I think that because Intelligent Design is offered as a scientific theory, ID proponents mistakenly think that theistic evolution is so offered as well and therefore criticize its scientific value. It is so important for mutual understanding that ID advocates realize that theistic evolution is not a scientific theory, much less a rival scientific theory. Rather it is a view which tries to integrate scientific theory and theology.

4. Nonphysical Souls

The fourth and final doctrinal commitment is to the reality of nonphysical souls. While I think that it is true that nonphysical souls fit much better within a theistic worldview than within a naturalistic worldview, I see no reason to think that the theist cannot maintain that at some point in hominid evolution, once the brain had sufficiently evolved, God created a soul and incarnated it in a hominin he had prepared to become the first human being.

So I agree with Murray and Churchill that theistic evolution is compatible with the four Christian doctrinal commitments they mention.

ID and Theistic Evolution

Murray and Churchill go on to contrast ID and theistic evolution in various ways.

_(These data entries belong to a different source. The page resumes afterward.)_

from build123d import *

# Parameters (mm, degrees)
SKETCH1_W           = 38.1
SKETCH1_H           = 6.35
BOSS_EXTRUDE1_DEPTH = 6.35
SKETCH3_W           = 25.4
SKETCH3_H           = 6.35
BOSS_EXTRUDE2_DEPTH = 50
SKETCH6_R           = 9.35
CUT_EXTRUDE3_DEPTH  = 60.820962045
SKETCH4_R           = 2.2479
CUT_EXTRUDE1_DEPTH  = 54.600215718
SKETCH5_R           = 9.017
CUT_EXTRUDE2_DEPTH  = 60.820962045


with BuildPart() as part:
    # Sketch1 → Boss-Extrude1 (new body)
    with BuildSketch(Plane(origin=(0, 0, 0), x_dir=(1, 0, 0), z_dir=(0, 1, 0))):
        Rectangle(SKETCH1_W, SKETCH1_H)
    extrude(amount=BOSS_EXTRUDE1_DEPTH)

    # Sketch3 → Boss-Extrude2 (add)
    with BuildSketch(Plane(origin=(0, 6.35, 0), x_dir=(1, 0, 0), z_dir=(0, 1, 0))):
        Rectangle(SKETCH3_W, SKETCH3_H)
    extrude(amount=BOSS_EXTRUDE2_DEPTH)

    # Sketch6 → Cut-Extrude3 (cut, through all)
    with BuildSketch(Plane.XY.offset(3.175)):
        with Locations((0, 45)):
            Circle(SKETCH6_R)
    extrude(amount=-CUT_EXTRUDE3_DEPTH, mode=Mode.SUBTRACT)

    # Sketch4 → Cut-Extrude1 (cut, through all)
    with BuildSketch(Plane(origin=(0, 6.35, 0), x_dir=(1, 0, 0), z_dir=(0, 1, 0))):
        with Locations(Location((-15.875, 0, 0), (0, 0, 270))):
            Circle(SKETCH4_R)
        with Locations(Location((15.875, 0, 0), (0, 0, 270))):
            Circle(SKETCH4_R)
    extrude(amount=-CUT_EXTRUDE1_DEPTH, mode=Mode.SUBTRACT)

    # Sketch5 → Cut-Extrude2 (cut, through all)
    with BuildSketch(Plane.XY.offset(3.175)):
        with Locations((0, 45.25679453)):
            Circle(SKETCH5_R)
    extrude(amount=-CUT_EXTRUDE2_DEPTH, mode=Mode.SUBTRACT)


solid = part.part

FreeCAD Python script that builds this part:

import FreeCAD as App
import Part
import Sketcher
from FreeCAD import Vector
Q = App.Units.Quantity


def add_polygon(sketch, points):
    """Adds a closed chain of lines whose ends are joined by coincident constraints."""
    first, n = sketch.GeometryCount, len(points)
    for a, b in zip(points, points[1:] + points[:1]):
        sketch.addGeometry(Part.LineSegment(App.Vector(*a, 0), App.Vector(*b, 0)), False)
    for i in range(n):
        sketch.addConstraint(Sketcher.Constraint("Coincident", first + i, 2, first + (i + 1) % n, 1))

doc = App.newDocument("Part")
body = doc.addObject("PartDesign::Body", "Body")

# Sketch on XZ plane
sketch1 = body.newObject("Sketcher::SketchObject", "Sketch")
sketch1.AttachmentSupport = (doc.getObject("XZ_Plane"), [""])
sketch1.MapMode = "FlatFace"
add_polygon(sketch1, [(-19.05, -3.175), (-19.05, 3.175), (19.05, 3.175), (19.05, -3.175)])  # lines 0-3
sketch1.addConstraint(Sketcher.Constraint("Vertical", 0))
sketch1.addConstraint(Sketcher.Constraint("Horizontal", 1))
sketch1.addConstraint(Sketcher.Constraint("Vertical", 2))
sketch1.addConstraint(Sketcher.Constraint("Horizontal", 3))
sketch1.addConstraint(Sketcher.Constraint("Symmetric", 0, 2, 2, 2, -1, 1))
sketch1.addConstraint(Sketcher.Constraint("DistanceX", 1, 1, 1, 2, Q("1.5 in")))
sketch1.addConstraint(Sketcher.Constraint("DistanceY", 0, 1, 0, 2, Q("0.25 in")))
pad1 = body.newObject("PartDesign::Pad", "Pad")
pad1.Profile = sketch1
pad1.Length = Q("0.25 in")
pad1.Reversed = True

# Sketch on XZ plane
sketch2 = body.newObject("Sketcher::SketchObject", "Sketch001")
sketch2.AttachmentSupport = (doc.getObject("XZ_Plane"), [""])
sketch2.MapMode = "FlatFace"
sketch2.AttachmentOffset = App.Placement(Vector(0, 0, -0.25 * 25.4), App.Rotation())
add_polygon(sketch2, [(-12.7, -3.175), (-12.7, 3.175), (12.7, 3.175), (12.7, -3.175)])  # lines 0-3
sketch2.addConstraint(Sketcher.Constraint("Vertical", 0))
sketch2.addConstraint(Sketcher.Constraint("Horizontal", 1))
sketch2.addConstraint(Sketcher.Constraint("Vertical", 2))
sketch2.addConstraint(Sketcher.Constraint("Horizontal", 3))
sketch2.addConstraint(Sketcher.Constraint("Symmetric", 0, 2, 2, 2, -1, 1))
sketch2.addConstraint(Sketcher.Constraint("DistanceX", 1, 1, 1, 2, Q("1 in")))
sketch2.addConstraint(Sketcher.Constraint("DistanceY", 0, 1, 0, 2, Q("0.25 in")))
pad2 = body.newObject("PartDesign::Pad", "Pad001")
pad2.Profile = sketch2
pad2.Length = 50
pad2.Reversed = True

# Sketch on XY plane
sketch3 = body.newObject("Sketcher::SketchObject", "Sketch002")
sketch3.AttachmentSupport = (doc.getObject("XY_Plane"), [""])
sketch3.MapMode = "FlatFace"
sketch3.AttachmentOffset = App.Placement(Vector(0, 0, 0.125 * 25.4), App.Rotation())
sketch3.addGeometry(Part.Circle(Vector(0, 45, 0), Vector(0, 0, 1), 9.35), False)
sketch3.addConstraint(Sketcher.Constraint("PointOnObject", 0, 3, -2))
sketch3.addConstraint(Sketcher.Constraint("Diameter", 0, Q("18.7 mm")))
sketch3.addConstraint(Sketcher.Constraint("DistanceY", -1, 1, 0, 3, Q("45 mm")))
pocket1 = body.newObject("PartDesign::Pocket", "Pocket")
pocket1.Profile = sketch3
pocket1.Type = "ThroughAll"

# Sketch on XZ plane
sketch4 = body.newObject("Sketcher::SketchObject", "Sketch003")
sketch4.AttachmentSupport = (doc.getObject("XZ_Plane"), [""])
sketch4.MapMode = "FlatFace"
sketch4.AttachmentOffset = App.Placement(Vector(0, 0, -0.25 * 25.4), App.Rotation())
sketch4.addGeometry(Part.Circle(Vector(-15.875, 0, 0), Vector(0, 0, 1), 2.2479), False)
sketch4.addGeometry(Part.Circle(Vector(15.875, 0, 0), Vector(0, 0, 1), 2.2479), False)
sketch4.addConstraint(Sketcher.Constraint("Equal", 0, 1))
sketch4.addConstraint(Sketcher.Constraint("Symmetric", 0, 3, 1, 3, -1, 1))
sketch4.addConstraint(Sketcher.Constraint("PointOnObject", 0, 3, -1))
sketch4.addConstraint(Sketcher.Constraint("Diameter", 0, Q("0.177 in")))
sketch4.addConstraint(Sketcher.Constraint("DistanceX", 0, 3, 1, 3, Q("1.25 in")))
pocket2 = body.newObject("PartDesign::Pocket", "Pocket001")
pocket2.Profile = sketch4
pocket2.Type = "ThroughAll"
pocket2.Reversed = True

# Sketch on XY plane
sketch5 = body.newObject("Sketcher::SketchObject", "Sketch004")
sketch5.AttachmentSupport = (doc.getObject("XY_Plane"), [""])
sketch5.MapMode = "FlatFace"
sketch5.AttachmentOffset = App.Placement(Vector(0, 0, 0.125 * 25.4), App.Rotation())
sketch5.addGeometry(Part.Circle(Vector(0, 45.256795, 0), Vector(0, 0, 1), 9.017), False)
sketch5.addConstraint(Sketcher.Constraint("PointOnObject", 0, 3, -2))
sketch5.addConstraint(Sketcher.Constraint("Diameter", 0, Q("0.71 in")))
sketch5.addConstraint(Sketcher.Constraint("DistanceY", -1, 1, 0, 3, Q("45.256795 mm")))
pocket3 = body.newObject("PartDesign::Pocket", "Pocket002")
pocket3.Profile = sketch5
pocket3.Type = "ThroughAll"

doc.recompute()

I realize that they are presenting just sample versions of ID and theistic evolution. Nonetheless, I think that their presentation serves to foster the false image of ID that is as much an obstacle to mutual understanding as is the false image of theistic evolution as a scientific theory.

I suspect that many theistic evolutionists misunderstand ID because they take it to be, like theistic evolution, a view integrating theology and science rather than a scientific theory. Just as some ID theorists wrongly take theistic evolution to be a scientific theory rather than an integrative view, so some theistic evolutionists take ID to be an integrative view rather than a scientific theory. Each advocate is viewing the other as a mirror image of himself.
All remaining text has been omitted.